UDP hole punching is a method for directly connecting two computers that are behind NATs. To initiate a connection, a third party is required — a server that is visible to both computers. Commonly used public STUN servers.

So, our task is to directly connect the client on the remote machine and the console. To do this, you need to take a few steps:

• Find out the external IP and port of the remote machine. To do this, we use STUN - a network protocol that allows you to determine the external IP-address.
• Send this information to our application.
• Establish a connection and use it further to exchange data

What does this look like in code?

In theory, everything is simple. How does all this look in practice?



As can be seen from the image above, a little more complicated. First, we send a connection request from our application, which is transmitted via the cloud to the application on the client machine (steps 1 and 2). The client machine requests its external address and port from the STUN server (steps 3 and 4). In the network you can find many implementations of the STUN protocol.

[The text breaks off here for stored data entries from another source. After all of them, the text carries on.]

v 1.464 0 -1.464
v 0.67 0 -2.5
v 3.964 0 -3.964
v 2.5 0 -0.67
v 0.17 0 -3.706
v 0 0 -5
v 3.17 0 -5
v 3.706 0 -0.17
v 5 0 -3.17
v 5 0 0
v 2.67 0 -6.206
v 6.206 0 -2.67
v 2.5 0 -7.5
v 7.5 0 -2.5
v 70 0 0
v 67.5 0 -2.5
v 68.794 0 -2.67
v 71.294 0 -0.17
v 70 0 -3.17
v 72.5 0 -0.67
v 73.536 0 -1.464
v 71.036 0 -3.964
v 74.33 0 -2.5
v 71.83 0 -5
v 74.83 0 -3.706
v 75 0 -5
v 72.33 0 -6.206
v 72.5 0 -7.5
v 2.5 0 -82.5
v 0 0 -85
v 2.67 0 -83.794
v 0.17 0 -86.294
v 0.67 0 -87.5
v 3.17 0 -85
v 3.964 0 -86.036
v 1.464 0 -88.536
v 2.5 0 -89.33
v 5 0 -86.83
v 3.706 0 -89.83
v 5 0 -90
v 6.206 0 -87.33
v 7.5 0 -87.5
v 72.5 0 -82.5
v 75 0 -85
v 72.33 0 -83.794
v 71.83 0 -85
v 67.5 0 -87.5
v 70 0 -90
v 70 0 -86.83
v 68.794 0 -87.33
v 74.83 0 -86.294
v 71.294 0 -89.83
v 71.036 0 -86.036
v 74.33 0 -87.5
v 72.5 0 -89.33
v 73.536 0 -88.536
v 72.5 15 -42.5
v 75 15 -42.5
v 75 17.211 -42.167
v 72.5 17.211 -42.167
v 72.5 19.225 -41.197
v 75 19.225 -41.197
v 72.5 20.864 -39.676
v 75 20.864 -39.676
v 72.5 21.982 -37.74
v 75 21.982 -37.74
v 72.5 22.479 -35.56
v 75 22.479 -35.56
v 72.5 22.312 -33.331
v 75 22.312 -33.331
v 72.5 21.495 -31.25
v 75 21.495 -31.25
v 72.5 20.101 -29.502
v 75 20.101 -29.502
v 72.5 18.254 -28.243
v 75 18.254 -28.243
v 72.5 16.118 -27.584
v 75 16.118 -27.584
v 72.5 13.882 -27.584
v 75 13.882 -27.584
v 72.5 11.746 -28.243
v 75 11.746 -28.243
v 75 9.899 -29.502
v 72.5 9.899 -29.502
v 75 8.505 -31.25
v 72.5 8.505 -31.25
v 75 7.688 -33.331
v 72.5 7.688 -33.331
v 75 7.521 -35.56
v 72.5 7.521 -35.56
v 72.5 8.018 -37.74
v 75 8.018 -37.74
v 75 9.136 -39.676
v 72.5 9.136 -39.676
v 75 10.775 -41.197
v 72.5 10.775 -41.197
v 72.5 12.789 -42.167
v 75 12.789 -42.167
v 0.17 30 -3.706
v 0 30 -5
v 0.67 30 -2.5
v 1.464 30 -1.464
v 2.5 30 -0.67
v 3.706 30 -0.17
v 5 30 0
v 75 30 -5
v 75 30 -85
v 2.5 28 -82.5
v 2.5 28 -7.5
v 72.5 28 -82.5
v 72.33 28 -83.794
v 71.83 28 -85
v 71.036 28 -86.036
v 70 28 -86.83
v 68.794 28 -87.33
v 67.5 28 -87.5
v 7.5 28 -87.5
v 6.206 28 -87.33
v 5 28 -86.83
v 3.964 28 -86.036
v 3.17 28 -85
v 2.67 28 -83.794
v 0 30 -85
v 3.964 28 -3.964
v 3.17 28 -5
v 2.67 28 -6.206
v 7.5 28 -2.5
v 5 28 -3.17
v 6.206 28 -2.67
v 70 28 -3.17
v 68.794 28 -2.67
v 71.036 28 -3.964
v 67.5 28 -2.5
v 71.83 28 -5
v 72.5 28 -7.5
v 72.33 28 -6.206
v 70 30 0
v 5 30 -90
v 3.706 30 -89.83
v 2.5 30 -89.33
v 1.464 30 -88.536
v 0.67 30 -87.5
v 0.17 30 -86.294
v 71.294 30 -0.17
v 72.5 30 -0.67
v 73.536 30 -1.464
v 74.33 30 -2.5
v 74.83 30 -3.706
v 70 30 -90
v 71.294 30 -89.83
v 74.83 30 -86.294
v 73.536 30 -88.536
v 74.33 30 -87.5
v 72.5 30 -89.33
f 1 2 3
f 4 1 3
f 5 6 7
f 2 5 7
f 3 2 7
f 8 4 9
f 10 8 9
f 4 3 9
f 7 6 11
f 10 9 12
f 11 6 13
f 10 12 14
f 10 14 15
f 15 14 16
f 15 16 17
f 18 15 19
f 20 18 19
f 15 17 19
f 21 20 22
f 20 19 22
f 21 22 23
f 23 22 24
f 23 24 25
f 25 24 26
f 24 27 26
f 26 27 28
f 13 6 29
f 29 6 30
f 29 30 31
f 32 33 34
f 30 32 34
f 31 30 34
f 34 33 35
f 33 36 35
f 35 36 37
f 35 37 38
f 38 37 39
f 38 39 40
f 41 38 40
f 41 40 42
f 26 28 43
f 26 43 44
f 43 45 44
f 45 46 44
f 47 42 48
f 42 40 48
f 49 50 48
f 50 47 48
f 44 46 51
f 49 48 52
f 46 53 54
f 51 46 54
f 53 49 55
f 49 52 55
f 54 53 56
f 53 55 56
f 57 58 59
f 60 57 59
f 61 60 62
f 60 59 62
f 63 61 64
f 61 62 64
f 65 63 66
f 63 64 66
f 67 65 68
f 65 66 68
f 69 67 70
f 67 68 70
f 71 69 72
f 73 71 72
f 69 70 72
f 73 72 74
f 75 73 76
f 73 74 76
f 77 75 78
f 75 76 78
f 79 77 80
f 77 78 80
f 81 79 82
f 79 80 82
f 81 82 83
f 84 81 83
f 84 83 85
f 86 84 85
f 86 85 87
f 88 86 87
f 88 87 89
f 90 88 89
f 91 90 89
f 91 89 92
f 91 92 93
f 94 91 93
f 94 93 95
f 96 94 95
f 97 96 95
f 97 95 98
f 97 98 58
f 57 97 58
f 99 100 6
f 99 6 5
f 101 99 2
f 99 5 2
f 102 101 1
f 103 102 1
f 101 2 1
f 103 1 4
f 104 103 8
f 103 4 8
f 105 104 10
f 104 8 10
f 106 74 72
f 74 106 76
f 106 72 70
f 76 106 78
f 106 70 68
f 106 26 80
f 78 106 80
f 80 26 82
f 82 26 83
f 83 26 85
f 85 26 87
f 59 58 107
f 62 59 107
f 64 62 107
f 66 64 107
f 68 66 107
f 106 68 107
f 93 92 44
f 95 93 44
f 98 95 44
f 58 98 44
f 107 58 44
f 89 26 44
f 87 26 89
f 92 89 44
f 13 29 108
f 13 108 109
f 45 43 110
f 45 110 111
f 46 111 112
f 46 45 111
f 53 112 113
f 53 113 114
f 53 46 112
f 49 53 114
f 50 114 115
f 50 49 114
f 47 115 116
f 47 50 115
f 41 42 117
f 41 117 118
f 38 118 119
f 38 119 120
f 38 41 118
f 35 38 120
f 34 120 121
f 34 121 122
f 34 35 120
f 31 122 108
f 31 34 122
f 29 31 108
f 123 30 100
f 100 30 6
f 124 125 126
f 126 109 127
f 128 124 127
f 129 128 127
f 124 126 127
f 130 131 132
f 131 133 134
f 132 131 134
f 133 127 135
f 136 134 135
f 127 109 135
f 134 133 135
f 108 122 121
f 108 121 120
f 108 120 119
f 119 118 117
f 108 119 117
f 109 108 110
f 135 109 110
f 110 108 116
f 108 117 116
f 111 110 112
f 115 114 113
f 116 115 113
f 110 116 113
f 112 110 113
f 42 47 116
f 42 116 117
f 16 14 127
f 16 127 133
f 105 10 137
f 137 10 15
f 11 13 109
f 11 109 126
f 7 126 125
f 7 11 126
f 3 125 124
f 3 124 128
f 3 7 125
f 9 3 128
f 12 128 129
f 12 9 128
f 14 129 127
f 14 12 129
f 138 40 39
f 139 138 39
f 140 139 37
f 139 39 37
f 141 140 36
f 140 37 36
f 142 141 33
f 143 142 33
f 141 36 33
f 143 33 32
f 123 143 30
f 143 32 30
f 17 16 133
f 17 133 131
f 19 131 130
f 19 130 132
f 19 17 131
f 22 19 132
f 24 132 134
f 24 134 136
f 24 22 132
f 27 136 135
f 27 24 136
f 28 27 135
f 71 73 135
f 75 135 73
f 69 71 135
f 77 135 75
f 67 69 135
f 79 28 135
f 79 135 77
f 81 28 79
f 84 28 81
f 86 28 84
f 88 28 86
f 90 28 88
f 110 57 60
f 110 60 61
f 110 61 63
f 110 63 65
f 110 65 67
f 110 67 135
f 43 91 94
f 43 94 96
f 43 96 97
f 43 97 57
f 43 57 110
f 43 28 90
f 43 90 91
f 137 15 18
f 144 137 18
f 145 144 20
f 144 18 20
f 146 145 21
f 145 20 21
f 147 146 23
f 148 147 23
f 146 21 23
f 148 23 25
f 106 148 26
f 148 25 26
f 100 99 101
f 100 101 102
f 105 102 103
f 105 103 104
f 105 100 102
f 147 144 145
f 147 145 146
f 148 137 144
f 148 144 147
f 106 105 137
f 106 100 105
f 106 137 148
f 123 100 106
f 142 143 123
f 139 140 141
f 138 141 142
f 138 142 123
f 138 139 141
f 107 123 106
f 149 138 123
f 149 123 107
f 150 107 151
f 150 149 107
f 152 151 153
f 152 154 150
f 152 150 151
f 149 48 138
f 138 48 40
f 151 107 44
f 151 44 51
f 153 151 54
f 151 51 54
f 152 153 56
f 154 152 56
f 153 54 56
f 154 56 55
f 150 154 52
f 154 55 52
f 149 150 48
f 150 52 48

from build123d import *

# Parameters (mm, degrees)
BOSS_EXTRUDE1_DEPTH = 30
CUT_EXTRUDE3_DEPTH  = 28
SKETCH5_R           = 7.5
CUT_EXTRUDE5_DEPTH  = 4


with BuildPart() as part:
    # Sketch1 → Boss-Extrude1 (new body)
    with BuildSketch(Plane(origin=(0, 0, 0), x_dir=(1, 0, 0), z_dir=(0, 1, 0))):
        with BuildLine():
            Line((5, 0), (70, 0))
            ThreePointArc((70, 0), (73.535533906, 1.464466094), (75, 5))
            Line((75, 5), (75, 85))
            ThreePointArc((75, 85), (73.535533906, 88.535533906), (70, 90))
            Line((70, 90), (5, 90))
            ThreePointArc((5, 90), (1.464466094, 88.535533906), (0, 85))
            Line((0, 85), (0, 5))
            ThreePointArc((0, 5), (1.464466094, 1.464466094), (5, 0))
        make_face()
    extrude(amount=BOSS_EXTRUDE1_DEPTH)

    # Sketch3 → Cut-Extrude3 (cut)
    with BuildSketch(Plane(origin=(0, 0, 0), x_dir=(-1, 0, 0), z_dir=(0, -1, 0))):
        with BuildLine():
            Line((-7.5, 2.5), (-67.5, 2.5))
            ThreePointArc((-67.5, 2.5), (-71.035533906, 3.964466094), (-72.5, 7.5))
            Line((-72.5, 7.5), (-72.5, 82.5))
            ThreePointArc((-72.5, 82.5), (-71.035533906, 86.035533906), (-67.5, 87.5))
            Line((-67.5, 87.5), (-7.5, 87.5))
            ThreePointArc((-7.5, 87.5), (-3.964466094, 86.035533906), (-2.5, 82.5))
            Line((-2.5, 82.5), (-2.5, 7.5))
            ThreePointArc((-2.5, 7.5), (-3.964466094, 3.964466094), (-7.5, 2.5))
        make_face()
    extrude(amount=-CUT_EXTRUDE3_DEPTH, mode=Mode.SUBTRACT)

    # Sketch5 → Cut-Extrude5 (cut)
    with BuildSketch(Plane(origin=(75, 0, 0), x_dir=(0, 0, -1), z_dir=(1, 0, 0))):
        with Locations((35, 15)):
            Circle(SKETCH5_R)
    extrude(amount=-CUT_EXTRUDE5_DEPTH, mode=Mode.SUBTRACT)


solid = part.part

string address = String.Empty; udpClient = new UdpClient(); udpClient.AllowNatTraversal(true); ResultSTUN result = ClientSTUN.Query("stun.ekiga.net", 3478, udpClient.Client); if (result.NetType == UDP_BLOCKED) { /*   */ } else { address = result.PublicEndPoint.ToString(); } 

Because our solution uses UDP, we can, using the same socket, connect to the client (which distinguishes it from TCP).

After these simple manipulations, the address will contain the external address and port of the client machine (or an error message). This valuable information is transmitted to the management console via the cloud (steps 5 and 6). Creating a connection, knowing the port and the address is a matter of technique. Now we can transfer all the information we need.

NAT Traversal’s challenge is simple and elegant when using UDP, but what if we want all the advantages of TCP: guaranteed packet delivery, data integrity, no duplication, etc.? The first thought that comes to mind is to write your protocol over UDP. Naturally, we are not the first who faced this problem. Therefore, after a short search, you can find a solution such as Lindgren.Network , which is ultimately used in our application.